9 Thinking in R
Thinking in R is very important as your R-tasks increase in complexity or magnitude. Keep in mind that the rest of the workshop will build and call on these concepts heavily. This will also be your first foray into examining your approach to a problem and ‘best practices’, as there will almost always be a number of ways of getting to the result you want. The goal is to keep you in the ‘better’ to ‘best’ range as often as possible.
9.1 Memory Allocation
Before we jump into subsetting, we need to briefly touch upon how R treats data, and more importantly, how it grows it as you use it.
Lets look at three possible methods of generating a sequence:
library(microbenchmark)
n <- 10000
# c_grow
c_grow <- function() {
vec <- numeric(0)
for(i in 1:n) vec <- c(vec, i)
}
# subscript
ss_grow <- function() {
vec <- numeric(n)
for(i in 1:n) vec[i] <- i
}
# colon
colon_grow <- function() vec <- 1:n
microbenchmark(
c_grow(),
ss_grow(),
colon_grow(),
times=10L
)
Why is the colon operator so much faster?
One reason is that ‘:’ is actually a function just like sum() or mean() or ggplot() - but it is written in C
and written for speed.
Second, When you grow an object incrementally, it can lead to an issue called fragmented memory - when R starts to store the new elements and runs out of the currently allocated space it has to hunt for new space. Do this over and over and it wastes a lot of time.
One stark example is the use of rbind to continuously append to a dataframe.
There are two ways to avoid this trap.
- Build a list of the pieces and combine in one go (using do.call - will be covered later)
- preallocate the memory (will also be covered more later)

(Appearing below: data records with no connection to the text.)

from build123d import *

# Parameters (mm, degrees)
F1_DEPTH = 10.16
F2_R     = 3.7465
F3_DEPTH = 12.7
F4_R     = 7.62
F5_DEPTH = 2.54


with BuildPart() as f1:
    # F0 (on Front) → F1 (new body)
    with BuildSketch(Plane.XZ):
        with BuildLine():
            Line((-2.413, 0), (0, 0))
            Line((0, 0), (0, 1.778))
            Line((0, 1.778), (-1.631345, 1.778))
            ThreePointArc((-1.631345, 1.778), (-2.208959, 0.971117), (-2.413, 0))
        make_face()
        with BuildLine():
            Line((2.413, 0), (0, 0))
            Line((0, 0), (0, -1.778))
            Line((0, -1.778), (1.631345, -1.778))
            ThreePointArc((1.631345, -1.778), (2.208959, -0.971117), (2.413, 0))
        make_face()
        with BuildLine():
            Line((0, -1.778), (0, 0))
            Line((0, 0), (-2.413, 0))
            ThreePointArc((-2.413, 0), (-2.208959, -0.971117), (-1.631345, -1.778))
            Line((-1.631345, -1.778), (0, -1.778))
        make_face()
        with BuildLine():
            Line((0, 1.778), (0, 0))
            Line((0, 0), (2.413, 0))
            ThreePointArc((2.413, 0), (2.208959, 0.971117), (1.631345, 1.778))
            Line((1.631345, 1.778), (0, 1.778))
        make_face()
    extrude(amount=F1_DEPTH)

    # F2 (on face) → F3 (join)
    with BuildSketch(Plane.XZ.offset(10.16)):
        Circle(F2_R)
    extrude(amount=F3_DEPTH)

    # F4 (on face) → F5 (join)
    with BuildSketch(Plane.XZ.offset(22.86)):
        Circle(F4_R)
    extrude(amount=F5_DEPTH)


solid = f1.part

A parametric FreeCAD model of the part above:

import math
import FreeCAD as App
import Part
import Sketcher

V = App.Vector
Q = App.Units.Quantity

doc = App.newDocument("Part")
body = doc.addObject("PartDesign::Body", "Body")

sketch1 = body.newObject("Sketcher::SketchObject", "Sketch")
sketch1.AttachmentSupport = (doc.getObject("XZ_Plane"), [""])
sketch1.MapMode = "FlatFace"
sketch1.addGeometry([
    Part.ArcOfCircle(Part.Circle(V(0, 0, 0), V(0, 0, 1), 2.4), math.radians(133), math.radians(180)),
    Part.ArcOfCircle(Part.Circle(V(0, 0, 0), V(0, 0, 1), 2.4), math.radians(-180), math.radians(-133)),
    Part.LineSegment(V(-1.6, -1.8, 0), V(1.6, -1.8, 0)),
    Part.ArcOfCircle(Part.Circle(V(0, 0, 0), V(0, 0, 1), 2.4), math.radians(-47), math.radians(0)),
    Part.ArcOfCircle(Part.Circle(V(0, 0, 0), V(0, 0, 1), 2.4), math.radians(0), math.radians(47)),
    Part.LineSegment(V(1.6, 1.8, 0), V(-1.6, 1.8, 0)),
], False)
sketch1.addConstraint([
    Sketcher.Constraint("Tangent", 0, 2, 1, 1),
    Sketcher.Constraint("Coincident", 1, 2, 2, 1),
    Sketcher.Constraint("Coincident", 2, 2, 3, 1),
    Sketcher.Constraint("Tangent", 3, 2, 4, 1),
    Sketcher.Constraint("Coincident", 4, 2, 5, 1),
    Sketcher.Constraint("Coincident", 5, 2, 0, 1),
    Sketcher.Constraint("Horizontal", 2),
    Sketcher.Constraint("Horizontal", 5),
    Sketcher.Constraint("Coincident", 0, 3, -1, 1),
    Sketcher.Constraint("Coincident", 3, 3, -1, 1),
    Sketcher.Constraint("Equal", 0, 1),
    Sketcher.Constraint("Equal", 1, 3),
    Sketcher.Constraint("Equal", 3, 4),
    Sketcher.Constraint("PointOnObject", 0, 2, -1),
    Sketcher.Constraint("PointOnObject", 3, 2, -1),
    Sketcher.Constraint("Vertical", 2, 2, 4, 2),
    Sketcher.Constraint("Radius", 0, Q("0.0950002 in")),
    Sketcher.Constraint("DistanceY", 1, 2, -1, 1, Q("0.07 in")),
])
pad1 = body.newObject("PartDesign::Pad", "Pad")
pad1.Profile = sketch1
pad1.Length = Q("0.4 in")

sketch2 = body.newObject("Sketcher::SketchObject", "Sketch001")
sketch2.AttachmentSupport = (doc.getObject("XZ_Plane"), [""])
sketch2.MapMode = "FlatFace"
sketch2.AttachmentOffset = App.Placement(V(0, 0, 0.4 * 25.4), App.Rotation())
sketch2.addGeometry(Part.Circle(V(0, 0, 0), V(0, 0, 1), 3.7), False)
sketch2.addConstraint([
    Sketcher.Constraint("Coincident", 0, 3, -1, 1),
    Sketcher.Constraint("Diameter", 0, Q("0.295 in")),
])
pad2 = body.newObject("PartDesign::Pad", "Pad001")
pad2.Profile = sketch2
pad2.Length = Q("0.5 in")

sketch3 = body.newObject("Sketcher::SketchObject", "Sketch002")
sketch3.AttachmentSupport = (doc.getObject("XZ_Plane"), [""])
sketch3.MapMode = "FlatFace"
sketch3.AttachmentOffset = App.Placement(V(0, 0, 0.9 * 25.4), App.Rotation())
sketch3.addGeometry(Part.Circle(V(0, 0, 0), V(0, 0, 1), 8), False)
sketch3.addConstraint([
    Sketcher.Constraint("Coincident", 0, 3, -1, 1),
    Sketcher.Constraint("Diameter", 0, Q("0.6 in")),
])
pad3 = body.newObject("PartDesign::Pad", "Pad002")
pad3.Profile = sketch3
pad3.Length = Q("0.1 in")

doc.recompute()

Eliminating the growth or re-indexing of objects is an easy way of dramatically increasing the speed of R code.
9.2 Vectorization
I’m sure you’ve heard the concept that for
loops in R are slow. Well slow compared to what?
Let’s consider how we could add together a vector of numbers:
lsum <- 0
for (i in 1:length(x)) lsum <- lsum + x[i]
or the easy R-way
sum(x)
It may seem like a silly example to you because sum(x)
is so intuitive to the average user - but someone had to write the function at some point.
Similar to the :
example previously, these examples provide the same result but with dramatic differences in speed.
The magic that gives these functions is they have been written in C. They are still loops - that is unavoidable, but they’ve been optimized for speed.
The other benefit that is frequent by-product of vectorization is legibility - sum(x) is so easy to understand compared to that loop.
Likewise, conc <- amt*volume
is both easier to read, and clearly expresses the relationship between variables, whether we are multiplying one amt and volume or a columns of amts and volumes.
9.3 Vectorization Tips
- Put as much outside of loops as possible. Ex: If you have a sequence you are applying over and over, create the sequence first and reuse it inside the loop.
- Make the number of iterations as small as possible.
- Don’t feel the need to over-vectorize
We will come back to more ‘optimization’-type issues later, but for now keep these principles in the back of your head as we go forward.
9.4 Indexing
As has been applied in previous examples, R has to have a way of referring to where in your object certain pieces of information are stored. Given that everything in R can be thought of as a vector, indexing allows us to easily query the position in which the vector an element is stored.
For example, to examine the 10th element of an atomic vector one simply can do v[10]
For more complex structures keep in mind this concept of an index for when you’re thinking how to obtain or subset your data.